在路易嘶哑惊恐的“嗬嗬”声中,透过逐渐放大的门缝,修看见了温初。

少年微微弯下腰来,捏着椅子上魔族的下巴,只留给门外的他一个侧脸。

光是侧脸也是如此漂亮可爱。

而那双在他面前总是弯起,无辜地笑着的圆眼此时毫无感情波动,温初纤细漂亮的手上捏着根银针,对着路易冷淡勾唇。

“看着他被噩梦折磨,两天两夜睡不着有意思吗?就这么喜欢嚼舌根吗?”

“哦——我差点忘了,你们就是冲着修来的,你们都巴不得修快点死掉,让他再次离开我,当然不会在意修的感受。”

他弯腰,拍了拍路易的脸,对上对方惊恐的神情,露出一个无辜的笑。

“既然如此,那就把你的嘴封上吧。”

“不会说话的嘴,没有留着的必要。”

门终于完全打开。

门内的血腥味扑鼻而来,修也得以看见门内的全貌。

一瓶空了的治愈药水被丢在桌子上,温初正愉悦地在路易的唇边打结。

路易生生针线缝住了双唇,痛的哆嗦着,嘴唇刚刚撕裂就因为治愈药水恢复如初,甚至都没有撕碎自己的嘴挣脱针线的机会,只能眼睁睁地看着自己的皮肉被缝合到一起。

温初也感受到了门口的动静,他不耐烦地侧头:“不是说了不要来打扰……修?”

话说到一半直接变了个调,变成了软绵绵的疑惑。

温初几乎是下意识地将针线一起收进空间石,一脚把路易踹翻让对方晕过去,对着修露出恰到好处的无辜迷茫的表情:“你怎么在这里?”

“噫——”

身后传来了爱丽丝一边嗑瓜子一边长吁短叹的声音。

温初不知道修看见了多少,他慌慌张张擦着自己的手,努力想让自己笑起来更可爱一点:“我……我就只是来看看……”

完蛋了。

修喜欢漂亮可爱的,现在他一点也不漂亮,也不可爱,反而像是某种厉鬼。

哪怕是真的当厉鬼的时候,他在修面前都一直很乖很听话,从来没有伤过人的。

怎么偏偏在最后一个世界前功尽弃。

温初越紧张就越说不出解释的话来,只能眼睁睁地看着修神色不明的走进来,关上房门,隔绝了外面两道看热闹的目光。

“修……”

温初紧张地后退一步,不动声色地低了点头,好让自己看起来更无辜一点。

“我可以解释,我也没有很凶……”

“温初。

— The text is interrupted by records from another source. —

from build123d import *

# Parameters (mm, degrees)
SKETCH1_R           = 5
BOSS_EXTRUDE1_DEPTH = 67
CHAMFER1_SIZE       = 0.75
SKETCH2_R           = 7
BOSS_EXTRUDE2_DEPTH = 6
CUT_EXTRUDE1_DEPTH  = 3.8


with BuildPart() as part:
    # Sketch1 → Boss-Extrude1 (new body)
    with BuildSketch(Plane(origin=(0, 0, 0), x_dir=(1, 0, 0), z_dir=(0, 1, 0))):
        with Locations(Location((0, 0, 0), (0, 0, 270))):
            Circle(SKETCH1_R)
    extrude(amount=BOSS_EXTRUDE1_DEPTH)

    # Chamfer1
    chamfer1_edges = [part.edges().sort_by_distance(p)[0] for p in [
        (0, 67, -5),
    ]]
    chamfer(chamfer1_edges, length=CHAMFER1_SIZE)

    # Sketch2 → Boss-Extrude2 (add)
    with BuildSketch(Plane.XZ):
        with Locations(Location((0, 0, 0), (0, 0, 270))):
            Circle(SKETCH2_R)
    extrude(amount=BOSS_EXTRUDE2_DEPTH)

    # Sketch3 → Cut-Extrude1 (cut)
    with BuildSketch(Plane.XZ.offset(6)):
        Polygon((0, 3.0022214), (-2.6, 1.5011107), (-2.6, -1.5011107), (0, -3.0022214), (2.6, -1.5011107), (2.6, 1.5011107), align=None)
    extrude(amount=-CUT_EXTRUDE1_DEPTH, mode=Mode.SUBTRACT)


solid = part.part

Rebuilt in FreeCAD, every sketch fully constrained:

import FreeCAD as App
import Part
import Sketcher

V = App.Vector
Q = App.Units.Quantity


def edges_at(feature, points):
    """Names of the edges that pass closest to the given points."""
    edges = feature.Shape.Edges
    near = lambda p: min(range(len(edges)), key=lambda i: edges[i].distToShape(Part.Vertex(*p))[0])
    return sorted({f"Edge{near(p) + 1}" for p in points})


def add_polygon(sketch, points):
    """Adds a closed chain of lines whose ends are joined by coincident constraints."""
    first, n = sketch.GeometryCount, len(points)
    for a, b in zip(points, points[1:] + points[:1]):
        sketch.addGeometry(Part.LineSegment(App.Vector(*a, 0), App.Vector(*b, 0)), False)
    for i in range(n):
        sketch.addConstraint(Sketcher.Constraint("Coincident", first + i, 2, first + (i + 1) % n, 1))

doc = App.newDocument("Part")
body = doc.addObject("PartDesign::Body", "Body")

sketch1 = body.newObject("Sketcher::SketchObject", "Sketch")
sketch1.AttachmentSupport = (doc.getObject("XZ_Plane"), [""])
sketch1.MapMode = "FlatFace"
sketch1.addGeometry(Part.Circle(V(0, 0, 0), V(0, 0, 1), 5), False)
sketch1.addConstraint(Sketcher.Constraint("Coincident", 0, 3, -1, 1))
sketch1.addConstraint(Sketcher.Constraint("Diameter", 0, 10.0))
pad1 = body.newObject("PartDesign::Pad", "Pad")
pad1.Profile = sketch1
pad1.Length = 67
pad1.Reversed = True
doc.recompute()

chamfer = body.newObject("PartDesign::Chamfer", "Chamfer")
chamfer.Base = (pad1, edges_at(pad1, [(0, 67, -5)]))
chamfer.Size = 0.75

sketch2 = body.newObject("Sketcher::SketchObject", "Sketch001")
sketch2.AttachmentSupport = (doc.getObject("XZ_Plane"), [""])
sketch2.MapMode = "FlatFace"
sketch2.addGeometry(Part.Circle(V(0, 0, 0), V(0, 0, 1), 7), False)
sketch2.addConstraint(Sketcher.Constraint("Coincident", 0, 3, -1, 1))
sketch2.addConstraint(Sketcher.Constraint("Diameter", 0, 14.0))
pad2 = body.newObject("PartDesign::Pad", "Pad001")
pad2.Profile = sketch2
pad2.Length = 6

sketch3 = body.newObject("Sketcher::SketchObject", "Sketch002")
sketch3.AttachmentSupport = (doc.getObject("XZ_Plane"), [""])
sketch3.MapMode = "FlatFace"
sketch3.AttachmentOffset = App.Placement(V(0, 0, 6), App.Rotation())
add_polygon(sketch3, [(0, 3), (-2.6, 1.5), (-2.6, -1.5), (0, -3), (2.6, -1.5), (2.6, 1.5)])
sketch3.addConstraint(Sketcher.Constraint("Vertical", 1))
sketch3.addConstraint(Sketcher.Constraint("Vertical", 4))
sketch3.addConstraint(Sketcher.Constraint("Symmetric", 0, 2, 3, 2, -1, 1))
sketch3.addConstraint(Sketcher.Constraint("Symmetric", 2, 2, 5, 2, -1, 1))
sketch3.addConstraint(Sketcher.Constraint("PointOnObject", 2, 2, -2))
sketch3.addConstraint(Sketcher.Constraint("Parallel", 2, 5))
sketch3.addConstraint(Sketcher.Constraint("Horizontal", 1, 2, 3, 2))
sketch3.addConstraint(Sketcher.Constraint("Angle", 0, Q("-150 deg")))
sketch3.addConstraint(Sketcher.Constraint("DistanceX", 0, 2, -1, 1, 2.6))
sketch3.addConstraint(Sketcher.Constraint("DistanceY", 1, 2, 1, 1, 3.002221))
pocket1 = body.newObject("PartDesign::Pocket", "Pocket")
pocket1.Profile = sketch3
pocket1.Length = 3.8

doc.recompute()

”

修的声音沙哑。

甚至好像,带着些压抑难耐。

温初抬头,这才发现修的眼尾已经红了,走过来的地上居然有一条不明显的水渍。

还没等温初反应过来这是什么情况,他就忽而感觉肩膀一沉。

修整个人靠在了他的身上,额头抵在他的肩膀上,以一种恨不得将他揉入骨髓的力度拥抱着他,带来滚烫的温度。

他刚刚擦干净血渍的手被修握住了。

修带着他的手一路往后。

摸到透明的尾巴与鳞片。

“你怎么这么多——”

温初错愕地瞪大眼睛。

修朦朦胧胧地笑了,再冷硬的男人,在情欲上头的时候也会带上几分魅意。

他轻声:“宝宝……好漂亮。”

做坏事的时候也好漂亮。

明明只是一点小事,被他发现的时候心虚慌张的表情也好漂亮。

说着维护他的话,龇牙咧嘴的威胁,简直像是生气跺脚的垂耳兔,自以为凶狠的毛茸茸的一小团。

好像确实有点凶。

不过没关系,凶巴巴的也是一种凌厉的漂亮。

刚才的不安、犹疑、紧张等等情绪,还有那空荡荡的躁动的心脏,在听见温初的话的时候都好像被填满了。

熨烫的,沉重的,如此明晰地感受到温初的爱意。

“宝贝……宝宝,我的小宝石。”

修珍重地亲了亲温初的额头。

刚被草过一遍的恶龙食髓知味,被从未见过的漂亮狠戾的温初迷昏了头。

他低声邀请:

“你就是这样凶的吗?”

“凶的我都…这样了。”

恶龙可不会管是非对错。

恶龙只会觉得,他的宝石居然能这样夺目。